Plasma pentosidine is also a renal function marker [
32,
33]. Sarcopenia, characterized by the progressive age-related loss of muscle mass coupled with decreased muscle function, is prevalent among patients with chronic kidney disease (CKD) [
41]. The unfavorable outcomes of sarcopenia have attracted attention [
42]; sarcopenia-associated loss of skeletal muscle has significant consequences in CKD even prior to initiating dialysis therapy [
43]. CKD-associated sarcopenia results from an altered balance between catabolic and anabolic processes that regulate muscle homeostasis [
44]. The regulation of homeostasis is a complex process involving hormonal and immunological factors, progenitor cell function, mitochondrial dysfunction, inflammation, metabolic acidosis, malnutrition, physical inactivity, angiotensin II upregulation, and growth factors [
44]. These components vary according to the progression of CKD [
44]. As sarcopenia and low muscle strength are associated with a poor QOL [
45,
46], renal function may influence the negative correlation between QOL and plasma pentosidine levels, although the underlying mechanisms remain to be determined.

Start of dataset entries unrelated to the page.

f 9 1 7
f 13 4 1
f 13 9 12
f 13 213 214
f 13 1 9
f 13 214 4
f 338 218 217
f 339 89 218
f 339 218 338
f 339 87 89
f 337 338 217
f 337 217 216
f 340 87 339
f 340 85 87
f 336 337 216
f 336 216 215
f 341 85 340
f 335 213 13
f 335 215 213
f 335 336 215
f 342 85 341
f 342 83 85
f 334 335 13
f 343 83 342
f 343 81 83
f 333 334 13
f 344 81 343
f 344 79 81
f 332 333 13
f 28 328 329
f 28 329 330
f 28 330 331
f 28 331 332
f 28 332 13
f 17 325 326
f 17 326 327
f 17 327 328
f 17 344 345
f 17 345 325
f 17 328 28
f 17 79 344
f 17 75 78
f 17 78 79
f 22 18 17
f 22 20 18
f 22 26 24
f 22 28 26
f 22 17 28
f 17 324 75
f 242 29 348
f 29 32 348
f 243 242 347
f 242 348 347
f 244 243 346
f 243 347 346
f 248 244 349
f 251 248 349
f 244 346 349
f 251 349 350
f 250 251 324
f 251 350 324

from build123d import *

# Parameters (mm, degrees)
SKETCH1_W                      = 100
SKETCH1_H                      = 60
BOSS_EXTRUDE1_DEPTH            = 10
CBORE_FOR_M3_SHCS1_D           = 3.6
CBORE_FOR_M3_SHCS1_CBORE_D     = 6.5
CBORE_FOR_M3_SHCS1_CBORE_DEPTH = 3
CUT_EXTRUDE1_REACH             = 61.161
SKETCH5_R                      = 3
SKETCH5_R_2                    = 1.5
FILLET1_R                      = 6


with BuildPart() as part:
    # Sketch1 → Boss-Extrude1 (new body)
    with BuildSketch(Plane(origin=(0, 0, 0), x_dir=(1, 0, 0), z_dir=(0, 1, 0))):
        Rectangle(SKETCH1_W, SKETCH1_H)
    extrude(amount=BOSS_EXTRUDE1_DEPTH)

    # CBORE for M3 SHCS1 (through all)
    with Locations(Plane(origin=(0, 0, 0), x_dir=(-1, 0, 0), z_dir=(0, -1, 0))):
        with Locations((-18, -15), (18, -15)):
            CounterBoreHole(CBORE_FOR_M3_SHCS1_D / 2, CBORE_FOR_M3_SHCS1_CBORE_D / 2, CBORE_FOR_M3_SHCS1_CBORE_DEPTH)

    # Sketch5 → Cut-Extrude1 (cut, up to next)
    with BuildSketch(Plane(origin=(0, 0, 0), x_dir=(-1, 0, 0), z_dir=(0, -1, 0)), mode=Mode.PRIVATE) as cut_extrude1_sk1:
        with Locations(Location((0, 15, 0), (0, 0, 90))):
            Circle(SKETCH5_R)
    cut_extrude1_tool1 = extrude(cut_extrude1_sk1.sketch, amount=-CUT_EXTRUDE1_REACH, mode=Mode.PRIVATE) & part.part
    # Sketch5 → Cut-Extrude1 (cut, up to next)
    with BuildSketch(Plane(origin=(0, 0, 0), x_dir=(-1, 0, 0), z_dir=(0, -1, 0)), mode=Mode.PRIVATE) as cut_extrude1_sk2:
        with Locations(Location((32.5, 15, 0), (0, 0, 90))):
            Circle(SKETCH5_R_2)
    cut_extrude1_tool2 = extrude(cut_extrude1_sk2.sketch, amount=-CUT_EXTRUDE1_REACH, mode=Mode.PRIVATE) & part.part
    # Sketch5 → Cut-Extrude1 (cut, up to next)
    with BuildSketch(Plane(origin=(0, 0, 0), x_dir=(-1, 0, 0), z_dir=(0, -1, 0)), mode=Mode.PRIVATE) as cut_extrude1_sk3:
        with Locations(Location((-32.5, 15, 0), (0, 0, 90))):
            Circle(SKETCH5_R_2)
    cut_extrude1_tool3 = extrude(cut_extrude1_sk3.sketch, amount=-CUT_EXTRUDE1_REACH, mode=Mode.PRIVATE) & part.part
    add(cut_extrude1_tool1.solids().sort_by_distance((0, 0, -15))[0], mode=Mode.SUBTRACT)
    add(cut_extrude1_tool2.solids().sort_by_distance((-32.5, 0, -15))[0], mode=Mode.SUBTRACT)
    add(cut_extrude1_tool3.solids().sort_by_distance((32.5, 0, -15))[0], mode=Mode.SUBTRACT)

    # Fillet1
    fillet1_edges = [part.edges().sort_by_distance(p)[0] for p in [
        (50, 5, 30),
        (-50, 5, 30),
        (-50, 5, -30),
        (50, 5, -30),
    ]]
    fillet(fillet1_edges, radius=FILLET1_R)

It was suggested that digital solutions should be developed to fully support the psychophysical well-being of patients with diabetes mellitus [
47]. Furthermore, our results suggested that a self-management system and intervention method for glycation prevention can help to improve QOL in the general population.
This study has some limitations. As this was a cross-sectional study, the causal relationship between the factors associated with the decline in QOL could not be determined. The correlation between decreased QOL and plasma pentosidine levels has not been previously assessed. We included individuals who voluntarily participated in the Iwaki Health Promotion Medical Examination Project [
15]; thus, the results of this study cannot be generalized due to selection bias. Additional studies are warranted to clarify the relationship between decreased QOL and glycation biomarkers, particularly plasma pentosidine, in the general population using longitudinal data from a large cohort.